Сидевший в кофейне городской купец по имени мистер Фадби пересказывал историю своих злоключений — со множеством многозначительных пауз и лирических отступлений — мэру, клерку городской управы и церковному сторожу Льюиса. Всю эту троицу привел сюда мистер Чилтер, клерк, по приказу хозяина. Чем больше была аудитория, тем больше удовольствия получал мистер Фадби от своих рассказов. Вот и сейчас он явно наслаждался, вопреки тому прискорбному обстоятельству, что драгоценная шкатулка с наличными была утрачена раз и навсегда.
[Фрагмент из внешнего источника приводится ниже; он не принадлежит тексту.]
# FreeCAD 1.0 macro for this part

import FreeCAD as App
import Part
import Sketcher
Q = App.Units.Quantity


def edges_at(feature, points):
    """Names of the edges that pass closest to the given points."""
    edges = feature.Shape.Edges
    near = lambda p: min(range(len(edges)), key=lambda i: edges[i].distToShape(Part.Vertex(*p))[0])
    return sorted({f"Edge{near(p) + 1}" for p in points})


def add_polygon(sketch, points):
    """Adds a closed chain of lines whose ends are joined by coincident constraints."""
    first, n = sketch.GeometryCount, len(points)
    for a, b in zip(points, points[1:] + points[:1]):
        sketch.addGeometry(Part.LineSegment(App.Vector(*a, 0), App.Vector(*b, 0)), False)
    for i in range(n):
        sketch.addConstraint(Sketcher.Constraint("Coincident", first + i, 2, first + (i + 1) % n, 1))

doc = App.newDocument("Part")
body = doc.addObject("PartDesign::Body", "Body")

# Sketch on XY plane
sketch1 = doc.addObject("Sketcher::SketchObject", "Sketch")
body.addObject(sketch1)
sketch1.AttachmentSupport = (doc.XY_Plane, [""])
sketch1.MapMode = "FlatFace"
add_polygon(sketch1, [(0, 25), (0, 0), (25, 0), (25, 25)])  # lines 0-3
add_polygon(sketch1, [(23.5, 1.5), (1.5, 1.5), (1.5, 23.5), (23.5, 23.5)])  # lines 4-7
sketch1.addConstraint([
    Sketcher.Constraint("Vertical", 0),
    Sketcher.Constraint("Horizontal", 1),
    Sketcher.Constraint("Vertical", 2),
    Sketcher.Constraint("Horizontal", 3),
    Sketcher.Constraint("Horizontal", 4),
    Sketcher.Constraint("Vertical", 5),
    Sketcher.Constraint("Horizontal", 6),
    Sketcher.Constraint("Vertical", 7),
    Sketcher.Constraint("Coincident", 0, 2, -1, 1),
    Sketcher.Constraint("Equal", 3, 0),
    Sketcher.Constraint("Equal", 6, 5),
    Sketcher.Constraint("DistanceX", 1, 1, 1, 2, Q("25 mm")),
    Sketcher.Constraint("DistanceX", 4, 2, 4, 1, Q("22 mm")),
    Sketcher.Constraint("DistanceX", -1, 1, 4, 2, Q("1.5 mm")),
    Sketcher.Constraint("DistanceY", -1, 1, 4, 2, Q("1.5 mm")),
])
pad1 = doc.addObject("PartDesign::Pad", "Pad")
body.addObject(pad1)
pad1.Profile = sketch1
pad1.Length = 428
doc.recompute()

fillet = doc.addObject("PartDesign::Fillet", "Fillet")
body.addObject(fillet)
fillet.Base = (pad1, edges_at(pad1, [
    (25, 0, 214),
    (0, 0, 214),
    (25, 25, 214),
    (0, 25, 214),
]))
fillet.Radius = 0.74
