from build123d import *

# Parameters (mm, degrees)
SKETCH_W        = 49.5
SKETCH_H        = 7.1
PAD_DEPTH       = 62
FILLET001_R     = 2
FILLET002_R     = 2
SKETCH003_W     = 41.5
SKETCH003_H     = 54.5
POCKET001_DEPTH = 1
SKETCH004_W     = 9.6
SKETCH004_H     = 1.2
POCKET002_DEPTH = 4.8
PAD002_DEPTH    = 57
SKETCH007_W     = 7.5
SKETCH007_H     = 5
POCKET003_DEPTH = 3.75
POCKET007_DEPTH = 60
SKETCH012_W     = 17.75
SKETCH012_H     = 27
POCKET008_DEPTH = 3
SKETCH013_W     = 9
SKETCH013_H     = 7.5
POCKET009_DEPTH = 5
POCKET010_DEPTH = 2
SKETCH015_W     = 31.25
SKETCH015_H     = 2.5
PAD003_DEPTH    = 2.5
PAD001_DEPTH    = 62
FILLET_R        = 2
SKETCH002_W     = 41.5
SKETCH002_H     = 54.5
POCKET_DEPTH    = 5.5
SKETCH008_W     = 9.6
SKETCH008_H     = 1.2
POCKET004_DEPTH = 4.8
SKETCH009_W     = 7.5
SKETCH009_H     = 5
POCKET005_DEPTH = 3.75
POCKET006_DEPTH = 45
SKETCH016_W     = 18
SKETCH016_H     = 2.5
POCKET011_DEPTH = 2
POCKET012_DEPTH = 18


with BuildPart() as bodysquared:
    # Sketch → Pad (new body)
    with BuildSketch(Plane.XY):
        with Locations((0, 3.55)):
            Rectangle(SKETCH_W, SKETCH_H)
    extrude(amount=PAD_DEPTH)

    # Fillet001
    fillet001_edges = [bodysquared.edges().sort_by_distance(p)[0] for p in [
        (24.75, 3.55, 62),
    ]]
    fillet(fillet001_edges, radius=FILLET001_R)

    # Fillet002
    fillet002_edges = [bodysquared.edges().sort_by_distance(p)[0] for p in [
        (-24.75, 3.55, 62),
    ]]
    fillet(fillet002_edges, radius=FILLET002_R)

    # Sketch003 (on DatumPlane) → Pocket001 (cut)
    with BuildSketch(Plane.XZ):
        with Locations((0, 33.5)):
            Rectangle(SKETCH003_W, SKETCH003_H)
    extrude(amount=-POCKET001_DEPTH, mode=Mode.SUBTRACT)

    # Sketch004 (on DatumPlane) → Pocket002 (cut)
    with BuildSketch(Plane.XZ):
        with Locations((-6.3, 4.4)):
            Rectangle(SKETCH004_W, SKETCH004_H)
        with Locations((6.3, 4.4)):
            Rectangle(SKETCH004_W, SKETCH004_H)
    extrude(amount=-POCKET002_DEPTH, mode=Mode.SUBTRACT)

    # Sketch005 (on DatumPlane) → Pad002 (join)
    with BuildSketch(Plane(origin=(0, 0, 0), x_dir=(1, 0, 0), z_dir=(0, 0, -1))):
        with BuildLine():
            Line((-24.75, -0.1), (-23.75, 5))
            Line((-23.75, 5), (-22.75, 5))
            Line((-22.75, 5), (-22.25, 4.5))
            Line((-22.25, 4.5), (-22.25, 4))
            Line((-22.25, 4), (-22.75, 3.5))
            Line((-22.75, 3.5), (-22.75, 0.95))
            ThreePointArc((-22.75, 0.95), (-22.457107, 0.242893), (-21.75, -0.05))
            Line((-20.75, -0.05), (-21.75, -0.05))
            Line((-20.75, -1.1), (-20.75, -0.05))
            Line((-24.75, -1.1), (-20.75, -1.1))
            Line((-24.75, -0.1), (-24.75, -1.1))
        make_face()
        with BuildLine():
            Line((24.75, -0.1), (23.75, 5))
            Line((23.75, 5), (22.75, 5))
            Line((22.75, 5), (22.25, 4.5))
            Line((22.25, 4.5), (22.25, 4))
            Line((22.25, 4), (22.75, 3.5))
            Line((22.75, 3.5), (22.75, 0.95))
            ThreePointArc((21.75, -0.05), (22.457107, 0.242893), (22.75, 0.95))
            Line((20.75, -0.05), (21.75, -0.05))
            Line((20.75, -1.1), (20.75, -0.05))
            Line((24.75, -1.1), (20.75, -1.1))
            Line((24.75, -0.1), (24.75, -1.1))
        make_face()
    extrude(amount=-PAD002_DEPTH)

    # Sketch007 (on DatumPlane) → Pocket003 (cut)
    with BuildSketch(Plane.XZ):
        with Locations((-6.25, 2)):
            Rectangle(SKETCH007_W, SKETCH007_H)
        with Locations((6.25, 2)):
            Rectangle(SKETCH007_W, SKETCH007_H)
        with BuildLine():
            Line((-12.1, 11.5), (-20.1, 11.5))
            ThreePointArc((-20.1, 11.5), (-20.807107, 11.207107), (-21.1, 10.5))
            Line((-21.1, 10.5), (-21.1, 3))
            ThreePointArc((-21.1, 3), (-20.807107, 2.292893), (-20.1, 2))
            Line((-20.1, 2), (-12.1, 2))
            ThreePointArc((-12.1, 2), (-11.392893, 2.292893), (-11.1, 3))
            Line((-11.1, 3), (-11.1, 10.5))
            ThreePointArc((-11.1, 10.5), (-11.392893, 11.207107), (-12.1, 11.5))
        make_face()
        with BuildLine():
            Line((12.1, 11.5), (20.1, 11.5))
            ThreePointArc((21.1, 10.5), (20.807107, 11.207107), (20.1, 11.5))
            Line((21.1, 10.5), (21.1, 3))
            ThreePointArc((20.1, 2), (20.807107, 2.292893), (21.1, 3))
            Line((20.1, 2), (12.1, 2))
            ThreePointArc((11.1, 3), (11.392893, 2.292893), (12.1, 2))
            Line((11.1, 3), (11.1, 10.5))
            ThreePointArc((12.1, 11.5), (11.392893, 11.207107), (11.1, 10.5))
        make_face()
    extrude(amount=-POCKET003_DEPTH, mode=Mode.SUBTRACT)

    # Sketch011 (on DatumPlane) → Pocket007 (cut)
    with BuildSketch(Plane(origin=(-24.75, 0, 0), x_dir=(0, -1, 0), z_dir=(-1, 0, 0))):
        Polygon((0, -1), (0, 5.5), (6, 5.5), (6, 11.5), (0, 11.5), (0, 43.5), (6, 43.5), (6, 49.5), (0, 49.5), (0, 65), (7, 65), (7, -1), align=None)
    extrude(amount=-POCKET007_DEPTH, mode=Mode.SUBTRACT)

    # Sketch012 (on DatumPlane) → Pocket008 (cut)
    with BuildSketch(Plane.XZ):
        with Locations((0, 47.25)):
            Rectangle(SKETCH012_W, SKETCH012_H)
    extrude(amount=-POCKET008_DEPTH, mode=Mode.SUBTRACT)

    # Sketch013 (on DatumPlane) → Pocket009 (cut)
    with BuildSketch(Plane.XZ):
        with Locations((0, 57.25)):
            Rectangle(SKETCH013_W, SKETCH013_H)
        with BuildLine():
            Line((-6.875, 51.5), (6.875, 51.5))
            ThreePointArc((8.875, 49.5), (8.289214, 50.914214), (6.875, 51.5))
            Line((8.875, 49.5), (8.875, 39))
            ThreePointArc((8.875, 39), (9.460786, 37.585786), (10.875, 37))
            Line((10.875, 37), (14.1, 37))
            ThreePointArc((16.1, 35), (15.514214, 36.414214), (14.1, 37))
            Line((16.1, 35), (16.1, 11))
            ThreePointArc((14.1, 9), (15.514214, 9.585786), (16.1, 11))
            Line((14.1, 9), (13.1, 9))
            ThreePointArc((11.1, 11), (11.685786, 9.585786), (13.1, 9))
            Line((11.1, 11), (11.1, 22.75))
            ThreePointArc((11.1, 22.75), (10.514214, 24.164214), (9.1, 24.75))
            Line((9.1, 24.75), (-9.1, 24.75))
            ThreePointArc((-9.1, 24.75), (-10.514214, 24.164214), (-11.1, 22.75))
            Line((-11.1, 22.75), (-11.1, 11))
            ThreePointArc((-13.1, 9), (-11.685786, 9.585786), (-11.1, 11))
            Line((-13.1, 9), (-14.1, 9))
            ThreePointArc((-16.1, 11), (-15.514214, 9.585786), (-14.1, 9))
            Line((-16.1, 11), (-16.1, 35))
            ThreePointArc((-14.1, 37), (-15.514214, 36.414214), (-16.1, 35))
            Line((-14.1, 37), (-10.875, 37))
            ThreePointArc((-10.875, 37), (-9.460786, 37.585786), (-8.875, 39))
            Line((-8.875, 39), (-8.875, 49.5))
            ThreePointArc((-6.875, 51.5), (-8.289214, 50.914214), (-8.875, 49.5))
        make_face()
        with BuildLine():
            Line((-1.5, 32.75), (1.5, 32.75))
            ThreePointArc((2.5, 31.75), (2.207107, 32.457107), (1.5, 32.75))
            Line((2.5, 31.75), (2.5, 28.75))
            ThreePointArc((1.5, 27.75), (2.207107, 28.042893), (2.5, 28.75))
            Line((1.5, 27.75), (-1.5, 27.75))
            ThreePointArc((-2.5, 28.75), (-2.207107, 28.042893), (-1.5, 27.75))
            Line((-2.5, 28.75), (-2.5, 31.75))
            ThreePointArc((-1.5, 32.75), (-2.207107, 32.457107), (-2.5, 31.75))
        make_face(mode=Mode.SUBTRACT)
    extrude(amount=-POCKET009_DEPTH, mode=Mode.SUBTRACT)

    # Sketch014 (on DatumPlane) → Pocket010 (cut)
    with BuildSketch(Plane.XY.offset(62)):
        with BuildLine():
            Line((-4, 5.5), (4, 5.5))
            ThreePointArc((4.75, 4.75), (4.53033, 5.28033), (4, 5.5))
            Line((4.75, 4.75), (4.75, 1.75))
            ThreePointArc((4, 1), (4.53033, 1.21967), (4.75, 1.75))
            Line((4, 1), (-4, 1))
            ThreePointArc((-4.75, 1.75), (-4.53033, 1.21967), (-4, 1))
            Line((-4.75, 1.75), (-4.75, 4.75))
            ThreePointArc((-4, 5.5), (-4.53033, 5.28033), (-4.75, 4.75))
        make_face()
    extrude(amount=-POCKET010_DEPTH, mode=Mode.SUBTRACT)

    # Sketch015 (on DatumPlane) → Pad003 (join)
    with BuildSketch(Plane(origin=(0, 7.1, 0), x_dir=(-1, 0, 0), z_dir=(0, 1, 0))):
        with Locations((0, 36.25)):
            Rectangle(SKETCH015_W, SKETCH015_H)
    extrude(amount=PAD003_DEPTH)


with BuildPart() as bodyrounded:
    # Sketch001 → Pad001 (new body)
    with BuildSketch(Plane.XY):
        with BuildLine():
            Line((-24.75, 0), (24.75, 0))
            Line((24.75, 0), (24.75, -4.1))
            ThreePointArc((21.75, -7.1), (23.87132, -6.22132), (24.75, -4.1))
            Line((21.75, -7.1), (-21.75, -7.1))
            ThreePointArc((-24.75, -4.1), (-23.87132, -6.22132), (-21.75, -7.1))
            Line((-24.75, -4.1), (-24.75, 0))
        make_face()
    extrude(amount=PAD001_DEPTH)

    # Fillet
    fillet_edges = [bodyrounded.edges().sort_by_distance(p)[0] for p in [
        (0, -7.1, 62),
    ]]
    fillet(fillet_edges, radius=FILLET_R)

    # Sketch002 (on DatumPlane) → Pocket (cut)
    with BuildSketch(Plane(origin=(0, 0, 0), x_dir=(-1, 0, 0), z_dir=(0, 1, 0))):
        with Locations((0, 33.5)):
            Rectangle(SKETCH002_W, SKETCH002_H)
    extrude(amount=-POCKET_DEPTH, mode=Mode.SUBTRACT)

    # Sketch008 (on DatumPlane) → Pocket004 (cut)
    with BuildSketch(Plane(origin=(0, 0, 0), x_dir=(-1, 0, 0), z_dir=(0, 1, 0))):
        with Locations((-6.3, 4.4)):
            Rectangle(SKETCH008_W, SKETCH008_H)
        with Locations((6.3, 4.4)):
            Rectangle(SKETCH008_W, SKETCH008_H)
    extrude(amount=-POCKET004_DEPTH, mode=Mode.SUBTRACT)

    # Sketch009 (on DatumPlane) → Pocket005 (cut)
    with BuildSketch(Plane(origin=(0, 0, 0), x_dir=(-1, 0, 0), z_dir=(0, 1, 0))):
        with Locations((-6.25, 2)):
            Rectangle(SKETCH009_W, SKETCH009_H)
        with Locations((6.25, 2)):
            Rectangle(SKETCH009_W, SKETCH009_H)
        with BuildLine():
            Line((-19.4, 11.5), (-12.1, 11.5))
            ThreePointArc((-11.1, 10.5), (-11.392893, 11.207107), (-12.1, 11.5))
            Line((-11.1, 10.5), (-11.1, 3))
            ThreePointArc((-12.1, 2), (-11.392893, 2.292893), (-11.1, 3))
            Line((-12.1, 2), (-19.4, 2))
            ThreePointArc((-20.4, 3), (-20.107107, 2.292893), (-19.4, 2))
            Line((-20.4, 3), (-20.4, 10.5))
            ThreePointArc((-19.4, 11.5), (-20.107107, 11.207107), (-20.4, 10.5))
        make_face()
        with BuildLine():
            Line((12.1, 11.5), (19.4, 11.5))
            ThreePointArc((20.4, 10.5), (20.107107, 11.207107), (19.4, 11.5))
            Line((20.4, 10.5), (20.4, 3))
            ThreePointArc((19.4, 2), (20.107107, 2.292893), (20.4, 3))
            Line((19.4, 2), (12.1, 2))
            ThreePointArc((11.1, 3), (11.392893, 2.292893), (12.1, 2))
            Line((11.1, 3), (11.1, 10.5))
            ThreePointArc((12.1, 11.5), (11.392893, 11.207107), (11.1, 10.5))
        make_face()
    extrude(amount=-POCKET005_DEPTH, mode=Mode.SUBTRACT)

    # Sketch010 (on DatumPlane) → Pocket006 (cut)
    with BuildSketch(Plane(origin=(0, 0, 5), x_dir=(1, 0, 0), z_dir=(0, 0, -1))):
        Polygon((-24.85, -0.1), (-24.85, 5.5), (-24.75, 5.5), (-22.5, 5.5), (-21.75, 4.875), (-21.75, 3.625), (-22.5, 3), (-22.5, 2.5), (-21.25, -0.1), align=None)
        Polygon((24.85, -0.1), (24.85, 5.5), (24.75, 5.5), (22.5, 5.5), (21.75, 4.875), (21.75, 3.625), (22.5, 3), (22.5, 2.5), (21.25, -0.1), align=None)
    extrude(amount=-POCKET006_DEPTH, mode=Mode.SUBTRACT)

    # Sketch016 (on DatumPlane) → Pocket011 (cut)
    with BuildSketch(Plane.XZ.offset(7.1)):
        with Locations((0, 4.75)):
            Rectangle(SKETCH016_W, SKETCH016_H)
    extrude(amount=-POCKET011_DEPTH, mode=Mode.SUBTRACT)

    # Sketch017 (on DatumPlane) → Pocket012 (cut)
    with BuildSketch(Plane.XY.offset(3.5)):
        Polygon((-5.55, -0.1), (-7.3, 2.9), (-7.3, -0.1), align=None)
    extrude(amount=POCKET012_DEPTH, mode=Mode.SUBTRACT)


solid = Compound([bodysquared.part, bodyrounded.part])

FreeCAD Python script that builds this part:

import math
import FreeCAD as App
import Part
import Sketcher
Q = App.Units.Quantity


def edges_at(feature, points):
    """Names of the edges that pass closest to the given points."""
    edges = feature.Shape.Edges
    near = lambda p: min(range(len(edges)), key=lambda i: edges[i].distToShape(Part.Vertex(*p))[0])
    return sorted({f"Edge{near(p) + 1}" for p in points})


def add_polygon(sketch, points):
    """Adds a closed chain of lines whose ends are joined by coincident constraints."""
    first, n = sketch.GeometryCount, len(points)
    for a, b in zip(points, points[1:] + points[:1]):
        sketch.addGeometry(Part.LineSegment(App.Vector(*a, 0), App.Vector(*b, 0)), False)
    for i in range(n):
        sketch.addConstraint(Sketcher.Constraint("Coincident", first + i, 2, first + (i + 1) % n, 1))

doc = App.newDocument("Part")
body = doc.addObject("PartDesign::Body", "Body")

sketch1 = body.newObject("Sketcher::SketchObject", "Sketch")
sketch1.AttachmentSupport = (doc.getObject("XY_Plane"), [""])
sketch1.MapMode = "FlatFace"
add_polygon(sketch1, [(-24.75, 7.1), (-24.75, 0), (24.75, 0), (24.75, 7.1)])
sketch1.addConstraint([
    Sketcher.Constraint("Vertical", 0),
    Sketcher.Constraint("Horizontal", 1),
    Sketcher.Constraint("Vertical", 2),
    Sketcher.Constraint("Horizontal", 3),
    Sketcher.Constraint("Symmetric", 0, 2, 1, 2, -1, 1),
    Sketcher.Constraint("DistanceX", 1, 1, 1, 2, Q("49.5 mm")),
    Sketcher.Constraint("DistanceY", 0, 2, 0, 1, Q("7.1 mm")),
])
pad1 = body.newObject("PartDesign::Pad", "Pad")
pad1.Profile = sketch1
pad1.Length = 62
doc.recompute()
Однако этого нельзя было сказать о мэре, мистере Хеджесе. Этот сутуловатый низенький господин страдал от несварения желудка, к тому же его вовсе не интересовала вся эта история и он не знал, чем может помочь мистеру Фадби. Мало того, его оторвали от обеда. А он был голоден. И наконец — что самое главное — ему никогда не нравился сам мистер Фадби. Однако же разбойное нападение на дороге само по себе являлось происшествием весьма серьезным и неприятным, а потому он слушал повествование с притворным интересом и вниманием, напустив на себя самый глубокомысленный вид и в нужные моменты издавая звуки, призванные изображать сочувствие.